__PROBLEM TO WORK ON__.
Of the entries below, return exactly those lines that fall between the one containing "#21=EDGE_CURVE('',#14,#16,#20,.T.);" and the one containing "#49=CARTESIAN_POINT('',(0.,32.385,0.));", the two end lines included.

Stored items
[Start of section]
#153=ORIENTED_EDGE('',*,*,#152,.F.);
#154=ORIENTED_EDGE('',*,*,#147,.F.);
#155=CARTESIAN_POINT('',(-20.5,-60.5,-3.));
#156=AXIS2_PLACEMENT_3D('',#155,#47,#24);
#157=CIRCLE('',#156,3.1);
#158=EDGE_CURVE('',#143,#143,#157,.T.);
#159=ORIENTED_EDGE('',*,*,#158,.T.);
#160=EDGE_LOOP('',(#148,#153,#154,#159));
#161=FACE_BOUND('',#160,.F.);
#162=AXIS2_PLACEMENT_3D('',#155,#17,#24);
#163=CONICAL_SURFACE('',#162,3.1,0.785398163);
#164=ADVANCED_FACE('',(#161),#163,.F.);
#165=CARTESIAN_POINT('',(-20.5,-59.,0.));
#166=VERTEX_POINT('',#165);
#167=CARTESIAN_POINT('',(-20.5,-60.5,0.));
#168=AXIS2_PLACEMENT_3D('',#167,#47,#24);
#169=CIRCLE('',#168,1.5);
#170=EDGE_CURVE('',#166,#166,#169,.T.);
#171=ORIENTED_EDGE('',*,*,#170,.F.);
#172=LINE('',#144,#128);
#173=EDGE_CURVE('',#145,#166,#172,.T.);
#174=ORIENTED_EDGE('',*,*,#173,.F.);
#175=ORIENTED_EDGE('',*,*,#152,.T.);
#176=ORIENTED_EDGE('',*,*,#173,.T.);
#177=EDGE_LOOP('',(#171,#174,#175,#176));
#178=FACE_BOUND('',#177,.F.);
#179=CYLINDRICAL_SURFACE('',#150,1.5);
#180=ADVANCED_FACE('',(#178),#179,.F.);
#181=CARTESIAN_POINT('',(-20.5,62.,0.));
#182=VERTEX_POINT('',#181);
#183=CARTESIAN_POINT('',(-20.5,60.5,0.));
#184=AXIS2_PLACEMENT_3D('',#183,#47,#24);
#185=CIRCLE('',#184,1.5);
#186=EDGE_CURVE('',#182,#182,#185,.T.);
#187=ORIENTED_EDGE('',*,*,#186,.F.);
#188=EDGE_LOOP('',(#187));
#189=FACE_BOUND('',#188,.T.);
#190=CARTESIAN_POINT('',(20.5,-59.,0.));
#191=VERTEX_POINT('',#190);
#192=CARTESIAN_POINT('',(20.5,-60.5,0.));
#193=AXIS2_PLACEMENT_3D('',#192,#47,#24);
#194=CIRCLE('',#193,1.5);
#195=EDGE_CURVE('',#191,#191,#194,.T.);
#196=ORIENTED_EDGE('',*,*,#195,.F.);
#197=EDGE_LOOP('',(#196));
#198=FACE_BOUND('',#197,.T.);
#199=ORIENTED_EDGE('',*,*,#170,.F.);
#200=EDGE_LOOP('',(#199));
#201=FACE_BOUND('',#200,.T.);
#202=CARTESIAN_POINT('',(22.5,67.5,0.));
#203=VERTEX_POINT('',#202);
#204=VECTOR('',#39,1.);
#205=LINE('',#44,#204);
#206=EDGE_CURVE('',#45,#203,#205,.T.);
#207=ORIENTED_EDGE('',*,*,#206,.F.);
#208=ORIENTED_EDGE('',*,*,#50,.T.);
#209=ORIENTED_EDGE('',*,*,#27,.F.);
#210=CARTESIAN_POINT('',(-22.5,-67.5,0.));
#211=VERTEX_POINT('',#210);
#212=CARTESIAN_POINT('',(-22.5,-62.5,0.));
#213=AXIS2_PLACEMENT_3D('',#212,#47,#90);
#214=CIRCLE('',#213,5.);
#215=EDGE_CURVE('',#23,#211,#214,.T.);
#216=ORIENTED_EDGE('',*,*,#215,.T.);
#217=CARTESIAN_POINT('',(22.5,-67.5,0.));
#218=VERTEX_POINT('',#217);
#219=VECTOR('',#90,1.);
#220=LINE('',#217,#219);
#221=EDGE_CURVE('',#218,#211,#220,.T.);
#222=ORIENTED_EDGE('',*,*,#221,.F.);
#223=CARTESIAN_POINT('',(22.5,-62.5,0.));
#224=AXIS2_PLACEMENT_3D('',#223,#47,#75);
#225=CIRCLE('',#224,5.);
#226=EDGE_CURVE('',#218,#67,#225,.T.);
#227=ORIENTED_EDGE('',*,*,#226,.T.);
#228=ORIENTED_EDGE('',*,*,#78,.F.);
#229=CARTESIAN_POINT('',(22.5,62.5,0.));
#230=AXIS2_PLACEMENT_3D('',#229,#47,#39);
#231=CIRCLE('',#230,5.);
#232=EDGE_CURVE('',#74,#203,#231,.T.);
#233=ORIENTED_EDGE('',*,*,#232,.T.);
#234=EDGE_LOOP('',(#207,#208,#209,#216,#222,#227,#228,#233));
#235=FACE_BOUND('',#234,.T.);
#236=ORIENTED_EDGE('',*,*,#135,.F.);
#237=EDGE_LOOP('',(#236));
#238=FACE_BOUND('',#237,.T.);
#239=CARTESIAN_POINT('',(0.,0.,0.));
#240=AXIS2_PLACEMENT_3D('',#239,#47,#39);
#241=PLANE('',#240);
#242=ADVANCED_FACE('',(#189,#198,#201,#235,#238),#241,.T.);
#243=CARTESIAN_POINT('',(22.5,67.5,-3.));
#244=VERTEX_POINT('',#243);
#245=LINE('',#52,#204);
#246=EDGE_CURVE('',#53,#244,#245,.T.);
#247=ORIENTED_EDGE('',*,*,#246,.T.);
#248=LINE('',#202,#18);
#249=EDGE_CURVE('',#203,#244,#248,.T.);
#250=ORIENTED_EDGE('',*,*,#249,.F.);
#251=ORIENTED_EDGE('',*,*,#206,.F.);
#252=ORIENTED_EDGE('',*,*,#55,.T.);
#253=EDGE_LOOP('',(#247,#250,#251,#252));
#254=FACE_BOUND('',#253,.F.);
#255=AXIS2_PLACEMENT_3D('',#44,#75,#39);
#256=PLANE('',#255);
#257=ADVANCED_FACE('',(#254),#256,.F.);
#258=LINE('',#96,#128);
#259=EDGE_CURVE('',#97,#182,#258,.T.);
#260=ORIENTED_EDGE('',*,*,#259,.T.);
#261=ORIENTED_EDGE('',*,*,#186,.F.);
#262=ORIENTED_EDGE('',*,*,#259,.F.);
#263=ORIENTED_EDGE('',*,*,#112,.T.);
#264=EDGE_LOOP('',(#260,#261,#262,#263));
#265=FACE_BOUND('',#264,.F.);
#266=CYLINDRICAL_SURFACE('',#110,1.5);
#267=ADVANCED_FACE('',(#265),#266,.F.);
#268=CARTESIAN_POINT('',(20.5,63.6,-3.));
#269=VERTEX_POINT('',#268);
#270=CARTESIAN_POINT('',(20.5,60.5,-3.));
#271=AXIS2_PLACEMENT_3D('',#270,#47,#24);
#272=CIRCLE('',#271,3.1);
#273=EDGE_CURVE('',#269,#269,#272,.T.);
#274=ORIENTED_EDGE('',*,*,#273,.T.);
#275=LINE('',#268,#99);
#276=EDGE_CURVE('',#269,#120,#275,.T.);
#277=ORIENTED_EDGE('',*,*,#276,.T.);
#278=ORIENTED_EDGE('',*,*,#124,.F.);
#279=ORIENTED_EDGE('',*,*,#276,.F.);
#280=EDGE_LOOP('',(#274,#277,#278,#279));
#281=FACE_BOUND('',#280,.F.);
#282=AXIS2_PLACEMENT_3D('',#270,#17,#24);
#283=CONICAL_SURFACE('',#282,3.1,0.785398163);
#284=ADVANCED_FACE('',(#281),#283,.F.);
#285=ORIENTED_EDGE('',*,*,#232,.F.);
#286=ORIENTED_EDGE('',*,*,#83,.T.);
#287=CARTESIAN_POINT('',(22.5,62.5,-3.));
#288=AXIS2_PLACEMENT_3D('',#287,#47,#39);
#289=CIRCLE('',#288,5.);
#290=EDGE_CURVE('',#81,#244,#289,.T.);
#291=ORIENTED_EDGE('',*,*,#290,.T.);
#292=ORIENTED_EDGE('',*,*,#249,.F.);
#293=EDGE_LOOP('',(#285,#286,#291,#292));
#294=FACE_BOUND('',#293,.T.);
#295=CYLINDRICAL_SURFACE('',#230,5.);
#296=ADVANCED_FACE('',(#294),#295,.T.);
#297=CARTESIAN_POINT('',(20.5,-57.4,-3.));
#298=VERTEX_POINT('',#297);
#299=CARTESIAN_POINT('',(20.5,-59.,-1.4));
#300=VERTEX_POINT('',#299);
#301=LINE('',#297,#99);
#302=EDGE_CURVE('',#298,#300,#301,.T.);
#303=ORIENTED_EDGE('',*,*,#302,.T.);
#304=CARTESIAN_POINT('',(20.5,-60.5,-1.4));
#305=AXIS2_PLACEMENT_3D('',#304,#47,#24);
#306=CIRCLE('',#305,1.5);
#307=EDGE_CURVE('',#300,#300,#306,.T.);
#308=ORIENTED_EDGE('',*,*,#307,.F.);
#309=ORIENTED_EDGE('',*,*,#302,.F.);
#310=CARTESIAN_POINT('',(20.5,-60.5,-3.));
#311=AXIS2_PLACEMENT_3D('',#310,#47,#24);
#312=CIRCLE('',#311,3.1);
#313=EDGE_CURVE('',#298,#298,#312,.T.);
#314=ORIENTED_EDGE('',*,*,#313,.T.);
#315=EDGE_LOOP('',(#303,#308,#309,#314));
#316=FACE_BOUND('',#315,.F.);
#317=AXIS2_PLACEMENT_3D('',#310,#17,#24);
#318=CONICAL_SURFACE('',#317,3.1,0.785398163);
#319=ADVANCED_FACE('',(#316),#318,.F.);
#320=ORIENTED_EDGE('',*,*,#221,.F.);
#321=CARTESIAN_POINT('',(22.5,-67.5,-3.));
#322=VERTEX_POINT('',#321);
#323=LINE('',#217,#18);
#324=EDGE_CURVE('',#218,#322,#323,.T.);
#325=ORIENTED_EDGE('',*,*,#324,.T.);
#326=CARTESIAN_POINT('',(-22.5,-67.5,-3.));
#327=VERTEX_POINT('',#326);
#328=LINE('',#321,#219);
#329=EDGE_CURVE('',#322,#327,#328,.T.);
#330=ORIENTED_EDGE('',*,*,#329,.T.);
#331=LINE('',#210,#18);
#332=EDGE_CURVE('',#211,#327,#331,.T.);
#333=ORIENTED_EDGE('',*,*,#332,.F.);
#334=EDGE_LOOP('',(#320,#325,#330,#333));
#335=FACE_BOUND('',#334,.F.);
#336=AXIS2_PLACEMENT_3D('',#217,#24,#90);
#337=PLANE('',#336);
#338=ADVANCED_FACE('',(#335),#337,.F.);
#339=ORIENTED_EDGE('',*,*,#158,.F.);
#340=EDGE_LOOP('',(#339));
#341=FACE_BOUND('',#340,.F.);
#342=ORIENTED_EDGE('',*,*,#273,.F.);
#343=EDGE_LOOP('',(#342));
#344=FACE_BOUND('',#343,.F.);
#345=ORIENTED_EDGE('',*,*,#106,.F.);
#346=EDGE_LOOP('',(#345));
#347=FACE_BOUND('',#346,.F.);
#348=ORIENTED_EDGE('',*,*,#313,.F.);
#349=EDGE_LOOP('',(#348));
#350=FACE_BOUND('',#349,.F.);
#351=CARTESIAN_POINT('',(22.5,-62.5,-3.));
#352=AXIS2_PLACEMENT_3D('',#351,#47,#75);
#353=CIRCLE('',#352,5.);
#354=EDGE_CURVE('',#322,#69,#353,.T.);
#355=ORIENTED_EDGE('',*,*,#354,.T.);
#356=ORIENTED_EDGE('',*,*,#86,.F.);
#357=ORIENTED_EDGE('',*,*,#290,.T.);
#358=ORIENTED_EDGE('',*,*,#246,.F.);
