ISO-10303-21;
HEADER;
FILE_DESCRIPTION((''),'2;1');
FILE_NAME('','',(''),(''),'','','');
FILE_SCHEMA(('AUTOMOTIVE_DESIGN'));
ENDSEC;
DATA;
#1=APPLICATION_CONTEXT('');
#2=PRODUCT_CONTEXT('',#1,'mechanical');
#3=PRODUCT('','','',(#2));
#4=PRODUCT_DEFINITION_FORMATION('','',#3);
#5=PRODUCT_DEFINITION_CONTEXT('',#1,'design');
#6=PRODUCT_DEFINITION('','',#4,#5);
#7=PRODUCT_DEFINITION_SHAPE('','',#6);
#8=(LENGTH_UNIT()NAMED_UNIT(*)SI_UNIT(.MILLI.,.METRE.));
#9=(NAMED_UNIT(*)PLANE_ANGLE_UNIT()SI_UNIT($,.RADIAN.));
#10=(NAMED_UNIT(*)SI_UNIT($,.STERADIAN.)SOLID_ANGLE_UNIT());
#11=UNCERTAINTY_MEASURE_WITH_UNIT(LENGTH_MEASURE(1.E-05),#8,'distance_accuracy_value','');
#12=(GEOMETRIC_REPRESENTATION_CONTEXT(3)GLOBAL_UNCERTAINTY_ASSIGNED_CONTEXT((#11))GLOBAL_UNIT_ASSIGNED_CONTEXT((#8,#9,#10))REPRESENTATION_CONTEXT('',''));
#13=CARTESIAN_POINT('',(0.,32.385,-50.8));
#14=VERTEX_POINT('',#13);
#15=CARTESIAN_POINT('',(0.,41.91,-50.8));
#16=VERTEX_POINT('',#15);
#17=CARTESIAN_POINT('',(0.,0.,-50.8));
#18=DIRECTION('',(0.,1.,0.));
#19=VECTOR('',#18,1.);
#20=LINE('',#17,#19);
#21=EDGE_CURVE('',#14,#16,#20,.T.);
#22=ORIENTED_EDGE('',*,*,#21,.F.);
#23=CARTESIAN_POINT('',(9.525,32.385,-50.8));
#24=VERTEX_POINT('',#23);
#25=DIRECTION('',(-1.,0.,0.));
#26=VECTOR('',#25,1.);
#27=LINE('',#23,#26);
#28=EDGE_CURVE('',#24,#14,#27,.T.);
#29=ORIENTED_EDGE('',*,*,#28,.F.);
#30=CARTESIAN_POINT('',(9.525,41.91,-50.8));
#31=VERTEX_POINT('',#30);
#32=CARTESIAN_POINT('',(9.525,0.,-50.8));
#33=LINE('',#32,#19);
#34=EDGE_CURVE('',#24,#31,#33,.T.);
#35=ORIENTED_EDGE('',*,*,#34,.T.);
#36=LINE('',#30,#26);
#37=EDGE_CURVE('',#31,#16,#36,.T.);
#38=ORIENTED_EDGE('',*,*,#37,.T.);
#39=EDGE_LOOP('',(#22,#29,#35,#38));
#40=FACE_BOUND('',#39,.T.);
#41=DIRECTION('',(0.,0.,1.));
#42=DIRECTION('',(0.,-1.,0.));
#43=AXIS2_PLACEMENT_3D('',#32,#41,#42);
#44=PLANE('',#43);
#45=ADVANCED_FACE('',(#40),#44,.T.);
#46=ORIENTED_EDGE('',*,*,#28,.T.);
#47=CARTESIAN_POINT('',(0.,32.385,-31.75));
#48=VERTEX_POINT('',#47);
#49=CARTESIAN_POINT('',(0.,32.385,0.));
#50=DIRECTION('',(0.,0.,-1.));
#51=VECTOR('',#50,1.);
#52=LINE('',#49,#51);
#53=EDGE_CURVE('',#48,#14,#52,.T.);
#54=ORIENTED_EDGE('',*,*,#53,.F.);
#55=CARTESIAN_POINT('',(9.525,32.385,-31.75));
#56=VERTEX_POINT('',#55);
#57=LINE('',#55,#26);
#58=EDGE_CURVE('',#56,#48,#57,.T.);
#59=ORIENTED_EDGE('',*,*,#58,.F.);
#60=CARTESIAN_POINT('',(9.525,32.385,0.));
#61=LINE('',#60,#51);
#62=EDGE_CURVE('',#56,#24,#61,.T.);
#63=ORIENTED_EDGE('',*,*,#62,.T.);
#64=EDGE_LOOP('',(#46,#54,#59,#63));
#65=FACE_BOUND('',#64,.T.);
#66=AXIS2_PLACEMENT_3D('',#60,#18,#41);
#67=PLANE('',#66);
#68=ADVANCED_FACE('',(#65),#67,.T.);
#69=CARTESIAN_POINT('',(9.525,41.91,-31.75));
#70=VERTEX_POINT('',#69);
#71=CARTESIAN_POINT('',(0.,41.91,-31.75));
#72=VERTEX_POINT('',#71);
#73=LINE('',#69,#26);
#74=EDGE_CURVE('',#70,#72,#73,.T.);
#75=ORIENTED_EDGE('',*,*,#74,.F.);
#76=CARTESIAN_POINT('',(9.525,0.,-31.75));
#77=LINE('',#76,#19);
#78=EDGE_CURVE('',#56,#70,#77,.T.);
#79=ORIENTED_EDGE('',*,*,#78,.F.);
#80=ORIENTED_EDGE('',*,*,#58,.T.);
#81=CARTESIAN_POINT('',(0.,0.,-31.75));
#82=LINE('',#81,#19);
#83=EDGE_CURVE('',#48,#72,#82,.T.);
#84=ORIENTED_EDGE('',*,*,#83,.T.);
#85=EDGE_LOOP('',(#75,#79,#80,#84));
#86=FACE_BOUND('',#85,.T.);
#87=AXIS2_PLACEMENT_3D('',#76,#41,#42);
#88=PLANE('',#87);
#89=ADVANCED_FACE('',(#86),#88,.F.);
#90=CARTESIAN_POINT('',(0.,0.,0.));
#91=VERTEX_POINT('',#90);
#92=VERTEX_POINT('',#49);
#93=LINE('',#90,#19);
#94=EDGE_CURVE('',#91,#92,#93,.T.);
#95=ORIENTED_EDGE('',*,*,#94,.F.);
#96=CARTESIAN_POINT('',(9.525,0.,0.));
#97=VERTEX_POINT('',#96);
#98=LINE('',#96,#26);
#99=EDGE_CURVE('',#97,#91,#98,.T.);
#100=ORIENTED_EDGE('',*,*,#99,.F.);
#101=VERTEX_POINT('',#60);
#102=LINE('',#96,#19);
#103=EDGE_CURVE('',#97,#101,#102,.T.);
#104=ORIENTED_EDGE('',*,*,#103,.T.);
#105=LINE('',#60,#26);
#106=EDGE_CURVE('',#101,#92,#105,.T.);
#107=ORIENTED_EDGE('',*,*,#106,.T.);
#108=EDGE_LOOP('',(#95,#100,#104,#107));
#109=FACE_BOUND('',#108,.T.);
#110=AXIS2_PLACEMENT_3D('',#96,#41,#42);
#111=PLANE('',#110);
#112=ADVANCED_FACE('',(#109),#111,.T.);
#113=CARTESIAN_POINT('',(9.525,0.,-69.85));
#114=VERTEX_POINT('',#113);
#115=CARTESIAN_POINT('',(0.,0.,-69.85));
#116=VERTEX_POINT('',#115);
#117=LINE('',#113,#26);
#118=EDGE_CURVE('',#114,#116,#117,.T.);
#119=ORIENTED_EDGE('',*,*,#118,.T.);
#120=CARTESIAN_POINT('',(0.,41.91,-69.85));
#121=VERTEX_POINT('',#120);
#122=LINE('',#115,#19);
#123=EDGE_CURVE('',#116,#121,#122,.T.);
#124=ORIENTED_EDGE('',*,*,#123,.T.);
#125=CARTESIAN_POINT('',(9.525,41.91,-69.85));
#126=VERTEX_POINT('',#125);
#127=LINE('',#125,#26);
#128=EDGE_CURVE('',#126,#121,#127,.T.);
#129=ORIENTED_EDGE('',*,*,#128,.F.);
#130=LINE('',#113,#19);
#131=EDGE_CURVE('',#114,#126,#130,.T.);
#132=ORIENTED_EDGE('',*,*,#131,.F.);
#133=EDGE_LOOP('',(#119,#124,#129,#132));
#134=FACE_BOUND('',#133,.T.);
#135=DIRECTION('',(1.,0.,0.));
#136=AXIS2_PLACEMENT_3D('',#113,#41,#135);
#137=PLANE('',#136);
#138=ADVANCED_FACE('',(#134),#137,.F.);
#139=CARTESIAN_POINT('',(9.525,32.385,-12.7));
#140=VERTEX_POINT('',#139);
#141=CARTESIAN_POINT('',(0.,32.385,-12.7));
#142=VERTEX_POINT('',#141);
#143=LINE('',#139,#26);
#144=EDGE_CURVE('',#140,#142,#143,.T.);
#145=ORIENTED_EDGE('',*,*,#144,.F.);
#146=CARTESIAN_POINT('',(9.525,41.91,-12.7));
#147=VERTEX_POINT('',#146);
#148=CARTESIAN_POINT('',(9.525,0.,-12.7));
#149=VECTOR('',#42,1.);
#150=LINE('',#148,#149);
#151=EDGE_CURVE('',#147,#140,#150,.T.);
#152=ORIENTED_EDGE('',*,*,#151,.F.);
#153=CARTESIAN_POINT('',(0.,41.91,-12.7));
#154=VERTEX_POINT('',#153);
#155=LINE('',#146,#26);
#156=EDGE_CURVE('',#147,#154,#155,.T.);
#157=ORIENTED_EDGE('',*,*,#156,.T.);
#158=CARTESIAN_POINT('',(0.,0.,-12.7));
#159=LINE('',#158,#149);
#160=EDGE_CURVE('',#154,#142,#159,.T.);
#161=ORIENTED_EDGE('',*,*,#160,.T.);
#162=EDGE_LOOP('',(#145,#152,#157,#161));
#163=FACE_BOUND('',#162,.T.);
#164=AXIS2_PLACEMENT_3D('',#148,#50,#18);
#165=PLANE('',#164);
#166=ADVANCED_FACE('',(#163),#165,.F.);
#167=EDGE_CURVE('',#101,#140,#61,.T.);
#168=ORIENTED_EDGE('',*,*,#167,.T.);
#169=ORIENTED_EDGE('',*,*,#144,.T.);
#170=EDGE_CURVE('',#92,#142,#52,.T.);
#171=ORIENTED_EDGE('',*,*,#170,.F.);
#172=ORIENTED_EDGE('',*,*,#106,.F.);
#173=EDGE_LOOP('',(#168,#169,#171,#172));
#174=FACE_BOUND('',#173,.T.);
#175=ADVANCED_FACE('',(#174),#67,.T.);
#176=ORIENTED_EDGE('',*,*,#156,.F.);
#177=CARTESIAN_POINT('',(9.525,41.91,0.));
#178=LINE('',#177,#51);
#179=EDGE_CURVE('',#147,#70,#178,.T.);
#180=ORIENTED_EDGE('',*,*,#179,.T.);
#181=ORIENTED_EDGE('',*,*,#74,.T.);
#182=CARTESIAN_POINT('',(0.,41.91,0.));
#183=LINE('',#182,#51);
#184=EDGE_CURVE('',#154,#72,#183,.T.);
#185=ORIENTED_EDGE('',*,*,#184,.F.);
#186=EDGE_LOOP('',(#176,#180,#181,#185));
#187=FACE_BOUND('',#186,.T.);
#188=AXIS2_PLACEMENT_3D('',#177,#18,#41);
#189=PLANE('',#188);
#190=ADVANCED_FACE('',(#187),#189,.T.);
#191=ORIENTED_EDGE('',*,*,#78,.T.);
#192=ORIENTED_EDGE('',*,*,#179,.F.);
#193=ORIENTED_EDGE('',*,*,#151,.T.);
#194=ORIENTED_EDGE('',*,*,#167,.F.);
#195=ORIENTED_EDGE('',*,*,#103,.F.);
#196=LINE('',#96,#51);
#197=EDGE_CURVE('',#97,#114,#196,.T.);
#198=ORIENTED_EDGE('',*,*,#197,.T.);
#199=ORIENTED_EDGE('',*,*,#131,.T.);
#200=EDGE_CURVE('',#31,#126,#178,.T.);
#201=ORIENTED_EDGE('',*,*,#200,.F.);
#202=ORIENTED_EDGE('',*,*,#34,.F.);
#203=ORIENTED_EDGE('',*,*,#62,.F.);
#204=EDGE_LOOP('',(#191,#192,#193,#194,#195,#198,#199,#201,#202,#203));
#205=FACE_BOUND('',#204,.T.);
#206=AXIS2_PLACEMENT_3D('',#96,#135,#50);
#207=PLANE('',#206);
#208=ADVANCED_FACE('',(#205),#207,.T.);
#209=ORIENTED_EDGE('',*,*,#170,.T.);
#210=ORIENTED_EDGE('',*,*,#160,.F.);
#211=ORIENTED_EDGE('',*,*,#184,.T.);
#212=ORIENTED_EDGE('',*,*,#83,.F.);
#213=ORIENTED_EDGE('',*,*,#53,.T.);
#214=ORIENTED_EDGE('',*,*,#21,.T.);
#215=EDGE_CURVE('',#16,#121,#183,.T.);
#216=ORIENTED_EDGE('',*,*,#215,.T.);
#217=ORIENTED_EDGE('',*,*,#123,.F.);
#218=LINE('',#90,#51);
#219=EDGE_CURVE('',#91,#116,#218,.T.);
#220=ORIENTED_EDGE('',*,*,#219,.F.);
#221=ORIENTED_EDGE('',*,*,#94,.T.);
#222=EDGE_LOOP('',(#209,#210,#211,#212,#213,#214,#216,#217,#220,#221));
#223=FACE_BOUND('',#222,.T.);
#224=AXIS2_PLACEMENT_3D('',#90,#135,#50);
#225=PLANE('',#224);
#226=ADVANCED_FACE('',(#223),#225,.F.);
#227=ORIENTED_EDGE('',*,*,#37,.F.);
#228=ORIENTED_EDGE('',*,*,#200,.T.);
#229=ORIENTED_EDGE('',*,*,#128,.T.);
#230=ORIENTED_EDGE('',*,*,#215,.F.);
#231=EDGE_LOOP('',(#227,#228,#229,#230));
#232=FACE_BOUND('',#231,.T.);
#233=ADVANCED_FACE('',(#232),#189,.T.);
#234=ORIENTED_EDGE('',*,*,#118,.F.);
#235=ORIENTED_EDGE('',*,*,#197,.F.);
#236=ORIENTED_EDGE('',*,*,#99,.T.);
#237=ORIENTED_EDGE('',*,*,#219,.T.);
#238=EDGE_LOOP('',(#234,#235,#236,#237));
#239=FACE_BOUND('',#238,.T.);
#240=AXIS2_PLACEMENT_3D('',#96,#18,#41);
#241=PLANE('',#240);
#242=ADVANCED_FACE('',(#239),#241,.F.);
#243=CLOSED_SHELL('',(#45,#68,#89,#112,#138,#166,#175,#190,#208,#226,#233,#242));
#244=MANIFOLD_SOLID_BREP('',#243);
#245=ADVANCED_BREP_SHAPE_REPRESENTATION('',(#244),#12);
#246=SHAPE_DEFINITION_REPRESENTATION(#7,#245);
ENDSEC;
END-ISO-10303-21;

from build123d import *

# Parameters (mm, degrees)
BOSS_EXTRUDE1_DEPTH = 9.525


with BuildPart() as part:
    # Sketch2 → Boss-Extrude1 (new body)
    with BuildSketch(Plane(origin=(0, 0, 0), x_dir=(0, 0, -1), z_dir=(1, 0, 0))):
        Polygon((0, 32.385), (0, 0), (69.85, 0), (69.85, 41.91), (50.8, 41.91), (50.8, 32.385), (31.75, 32.385), (31.75, 41.91), (12.7, 41.91), (12.7, 32.385), align=None)
    extrude(amount=BOSS_EXTRUDE1_DEPTH)


solid = part.part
[End of section]
__FINISHED EXERCISE__.
#21=EDGE_CURVE('',#14,#16,#20,.T.);
#22=ORIENTED_EDGE('',*,*,#21,.F.);
#23=CARTESIAN_POINT('',(9.525,32.385,-50.8));
#24=VERTEX_POINT('',#23);
#25=DIRECTION('',(-1.,0.,0.));
#26=VECTOR('',#25,1.);
#27=LINE('',#23,#26);
#28=EDGE_CURVE('',#24,#14,#27,.T.);
#29=ORIENTED_EDGE('',*,*,#28,.F.);
#30=CARTESIAN_POINT('',(9.525,41.91,-50.8));
#31=VERTEX_POINT('',#30);
#32=CARTESIAN_POINT('',(9.525,0.,-50.8));
#33=LINE('',#32,#19);
#34=EDGE_CURVE('',#24,#31,#33,.T.);
#35=ORIENTED_EDGE('',*,*,#34,.T.);
#36=LINE('',#30,#26);
#37=EDGE_CURVE('',#31,#16,#36,.T.);
#38=ORIENTED_EDGE('',*,*,#37,.T.);
#39=EDGE_LOOP('',(#22,#29,#35,#38));
#40=FACE_BOUND('',#39,.T.);
#41=DIRECTION('',(0.,0.,1.));
#42=DIRECTION('',(0.,-1.,0.));
#43=AXIS2_PLACEMENT_3D('',#32,#41,#42);
#44=PLANE('',#43);
#45=ADVANCED_FACE('',(#40),#44,.T.);
#46=ORIENTED_EDGE('',*,*,#28,.T.);
#47=CARTESIAN_POINT('',(0.,32.385,-31.75));
#48=VERTEX_POINT('',#47);
#49=CARTESIAN_POINT('',(0.,32.385,0.));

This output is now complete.